Тирни опустился на ковер у камина рядом с ней.
– Сегодня, когда ты сама рассказала мне о смерти Эми, я увидел в тебе ту самую печаль, которую заметил в тот день на реке.
– Прости меня.
– За что?
– Печаль вызывает у людей ощущение неловкости.
– Может, у других, но только не у меня.
– И как ты объясняешь это? – поинтересовалась Лилли.
– Я восхищаюсь тем, как ты справляешься со своим горем.
– Мне это не всегда удается.
– Главное, ты не дала горю сломить себя. – Тирни не добавил: «В отличие от твоего мужа», хотя имел в виду именно это.
– Как бы то ни было, убитые горем люди – не самая приятная компания.
– Я же еще здесь.
– А куда ж ты денешься? Мы тут застряли, не забыл?
– Я не жалуюсь. По правде говоря, я должен сделать признание. Я рад, что мы оказались здесь наедине, отрезанные от всего мира. – Его голос понизился до полушепота. – Этот разговор начался с вопроса.
– Нет, я не буду спать с тобой.
– Выслушай меня, Лилли. Мы можем сберечь тепло, даже увеличить его, если разденемся и ляжем вместе под грудой одеял. Тепло наших тел поможет нам обоим согреться.
– Гм… понятно. Ты это предлагаешь исключительно в целях выживания.
– Не исключительно. Процентов на семьдесят пять.
– А меня смущают как раз остальные двадцать пять процентов.
Тирни протянул руку и взял в кулак прядь ее волос, но отпустил не сразу, не так, как тогда, в машине, а пропустил шелковистую прядь между пальцев.
– Я хотел тебя с того самого дня. Стоит ли тратить время на недомолвки, когда я абсолютно уверен, что ты тоже об этом знала с того самого дня? Я хочу спать с тобой. Но – и это важно – ничего не случится, пока я не буду уверен, что ты тоже этого хочешь. Мы будем прижиматься друг к другу только ради тепла. – Тирни разжал пальцы и пряди волос скользнули между ними, как тоненькие ручейки. Он снова поднял на нее глаза. – Я клянусь.
Глядя ему в глаза, услышав искренность в его тихом голосе, Лилли поверила, что он сдержит слово. Ну… почти поверила. Его признание в том, что он ее хочет, вопреки ее ловам, вопреки ее рассудку, волновало ее.

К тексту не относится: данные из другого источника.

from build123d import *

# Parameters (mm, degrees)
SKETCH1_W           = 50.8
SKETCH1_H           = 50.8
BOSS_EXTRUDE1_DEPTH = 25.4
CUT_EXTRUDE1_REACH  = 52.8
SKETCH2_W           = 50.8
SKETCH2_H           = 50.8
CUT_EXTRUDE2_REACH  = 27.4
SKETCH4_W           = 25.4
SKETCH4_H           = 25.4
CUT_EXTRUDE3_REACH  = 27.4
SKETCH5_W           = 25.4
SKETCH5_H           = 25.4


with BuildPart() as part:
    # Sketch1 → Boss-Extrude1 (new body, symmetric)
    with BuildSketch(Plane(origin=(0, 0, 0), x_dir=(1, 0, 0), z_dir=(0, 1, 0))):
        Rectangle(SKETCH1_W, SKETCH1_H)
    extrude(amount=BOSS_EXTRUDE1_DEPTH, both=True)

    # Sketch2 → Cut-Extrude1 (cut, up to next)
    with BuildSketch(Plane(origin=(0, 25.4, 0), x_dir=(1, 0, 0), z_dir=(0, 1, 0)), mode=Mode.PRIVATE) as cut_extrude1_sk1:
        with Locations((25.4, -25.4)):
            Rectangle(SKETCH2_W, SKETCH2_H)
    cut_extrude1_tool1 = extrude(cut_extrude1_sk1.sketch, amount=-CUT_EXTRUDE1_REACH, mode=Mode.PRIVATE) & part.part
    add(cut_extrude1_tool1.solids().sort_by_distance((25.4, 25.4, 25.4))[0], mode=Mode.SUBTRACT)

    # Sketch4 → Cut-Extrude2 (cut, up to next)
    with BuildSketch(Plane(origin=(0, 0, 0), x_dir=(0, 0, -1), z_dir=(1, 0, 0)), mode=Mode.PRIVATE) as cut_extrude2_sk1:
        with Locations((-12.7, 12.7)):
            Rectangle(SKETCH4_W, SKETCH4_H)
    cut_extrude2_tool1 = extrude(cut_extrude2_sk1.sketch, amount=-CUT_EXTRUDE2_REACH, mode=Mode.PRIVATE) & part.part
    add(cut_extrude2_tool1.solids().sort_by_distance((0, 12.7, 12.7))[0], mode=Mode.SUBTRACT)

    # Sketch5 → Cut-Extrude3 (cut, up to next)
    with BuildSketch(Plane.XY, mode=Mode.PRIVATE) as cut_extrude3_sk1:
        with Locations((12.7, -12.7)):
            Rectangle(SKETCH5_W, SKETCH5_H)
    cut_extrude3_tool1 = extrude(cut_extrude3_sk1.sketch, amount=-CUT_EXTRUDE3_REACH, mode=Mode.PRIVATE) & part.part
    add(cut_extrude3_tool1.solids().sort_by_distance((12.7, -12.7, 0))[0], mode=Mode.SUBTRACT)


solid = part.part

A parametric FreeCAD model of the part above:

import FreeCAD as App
import Part
import Sketcher

V = App.Vector
Q = App.Units.Quantity


def add_polygon(sketch, points):
    """Adds a closed chain of lines whose ends are joined by coincident constraints."""
    first, n = sketch.GeometryCount, len(points)
    for a, b in zip(points, points[1:] + points[:1]):
        sketch.addGeometry(Part.LineSegment(App.Vector(*a, 0), App.Vector(*b, 0)), False)
    for i in range(n):
        sketch.addConstraint(Sketcher.Constraint("Coincident", first + i, 2, first + (i + 1) % n, 1))

doc = App.newDocument("Part")
body = doc.addObject("PartDesign::Body", "Body")

# Sketch on XZ plane
sketch1 = body.newObject("Sketcher::SketchObject", "Sketch")
sketch1.AttachmentSupport = (doc.getObject("XZ_Plane"), [""])
sketch1.MapMode = "FlatFace"
add_polygon(sketch1, [(-25, -25), (-25, 25), (25, 25), (25, -25)])  # lines 0-3
sketch1.addConstraint(Sketcher.Constraint("Vertical", 0))
sketch1.addConstraint(Sketcher.Constraint("Horizontal", 1))
sketch1.addConstraint(Sketcher.Constraint("Vertical", 2))
sketch1.addConstraint(Sketcher.Constraint("Horizontal", 3))
sketch1.addConstraint(Sketcher.Constraint("Symmetric", 0, 2, 2, 2, -1, 1))
sketch1.addConstraint(Sketcher.Constraint("Equal", 3, 0))
sketch1.addConstraint(Sketcher.Constraint("DistanceX", 1, 1, 1, 2, Q("2 in")))
pad1 = body.newObject("PartDesign::Pad", "Pad")
pad1.Profile = sketch1
pad1.Length = Q("2 in")
pad1.Midplane = True

# Sketch on XZ plane
sketch2 = body.newObject("Sketcher::SketchObject", "Sketch001")
sketch2.AttachmentSupport = (doc.getObject("XZ_Plane"), [""])
sketch2.MapMode = "FlatFace"
sketch2.AttachmentOffset = App.Placement(V(0, 0, -1 * 25.4), App.Rotation())
add_polygon(sketch2, [(0, 0), (0, 51), (51, 51), (51, 0)])  # lines 0-3
sketch2.addConstraint(Sketcher.Constraint("Vertical", 0))
sketch2.addConstraint(Sketcher.Constraint("Horizontal", 1))
sketch2.addConstraint(Sketcher.Constraint("Vertical", 2))
sketch2.addConstraint(Sketcher.Constraint("Horizontal", 3))
sketch2.addConstraint(Sketcher.Constraint("Coincident", 3, 2, -1, 1))
sketch2.addConstraint(Sketcher.Constraint("Equal", 3, 0))
sketch2.addConstraint(Sketcher.Constraint("DistanceX", 1, 1, 1, 2, Q("2 in")))
pocket1 = body.newObject("PartDesign::Pocket", "Pocket")
pocket1.Profile = sketch2
pocket1.Type = "UpToFirst"
pocket1.Reversed = True

# Sketch on YZ plane
sketch3 = body.newObject("Sketcher::SketchObject", "Sketch002")
sketch3.AttachmentSupport = (doc.getObject("YZ_Plane"), [""])
sketch3.MapMode = "FlatFace"
add_polygon(sketch3, [(25, 25), (0, 25), (0, 0), (25, 0)])  # lines 0-3
sketch3.addConstraint(Sketcher.Constraint("Horizontal", 0))
sketch3.addConstraint(Sketcher.Constraint("Vertical", 1))
sketch3.addConstraint(Sketcher.Constraint("Horizontal", 2))
sketch3.addConstraint(Sketcher.Constraint("Vertical", 3))
sketch3.addConstraint(Sketcher.Constraint("Coincident", 1, 2, -1, 1))
sketch3.addConstraint(Sketcher.Constraint("Equal", 2, 1))
sketch3.addConstraint(Sketcher.Constraint("DistanceX", 0, 2, 0, 1, Q("1 in")))
pocket2 = body.newObject("PartDesign::Pocket", "Pocket001")
pocket2.Profile = sketch3
pocket2.Type = "UpToFirst"

# Sketch on XY plane
sketch4 = body.newObject("Sketcher::SketchObject", "Sketch003")
sketch4.AttachmentSupport = (doc.getObject("XY_Plane"), [""])
sketch4.MapMode = "FlatFace"
add_polygon(sketch4, [(0, 0), (0, -25), (25, -25), (25, 0)])  # lines 0-3
sketch4.addConstraint(Sketcher.Constraint("Vertical", 0))
sketch4.addConstraint(Sketcher.Constraint("Horizontal", 1))
sketch4.addConstraint(Sketcher.Constraint("Vertical", 2))
sketch4.addConstraint(Sketcher.Constraint("Horizontal", 3))
sketch4.addConstraint(Sketcher.Constraint("Coincident", 3, 2, -1, 1))
sketch4.addConstraint(Sketcher.Constraint("Equal", 3, 0))
sketch4.addConstraint(Sketcher.Constraint("DistanceX", 1, 1, 1, 2, Q("1 in")))
pocket3 = body.newObject("PartDesign::Pocket", "Pocket002")
pocket3.Profile = sketch4
pocket3.Type = "UpToFirst"

doc.recompute()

Бену Тирни можно было доверять, но она не доверяла интуиции. Лилли попыталась вообразить себя и Тирни в одной постели, раздетыми, ну почти раздетыми, приживающимися друг к другу, чтобы согреться, но без всяких сексуальных поползновений. Кому он голову морочит? Себе? Ну да, может быть. Но только не ей.
Конечно, небо не рухнет, если они уступят взаимному влечению. Ее собственное тело всеми своими чувственными импульсами приветствовало эту идею, давало ей зеленый свет. Но она знает его… сколько? Считая тот день на реке, она в общей сложности провела в обществе Тирни часов пятнадцать. Даже в продвинутом двадцать первом веке полнейшей сексуальной свободы такой темп представлялся ей слишком стремительным.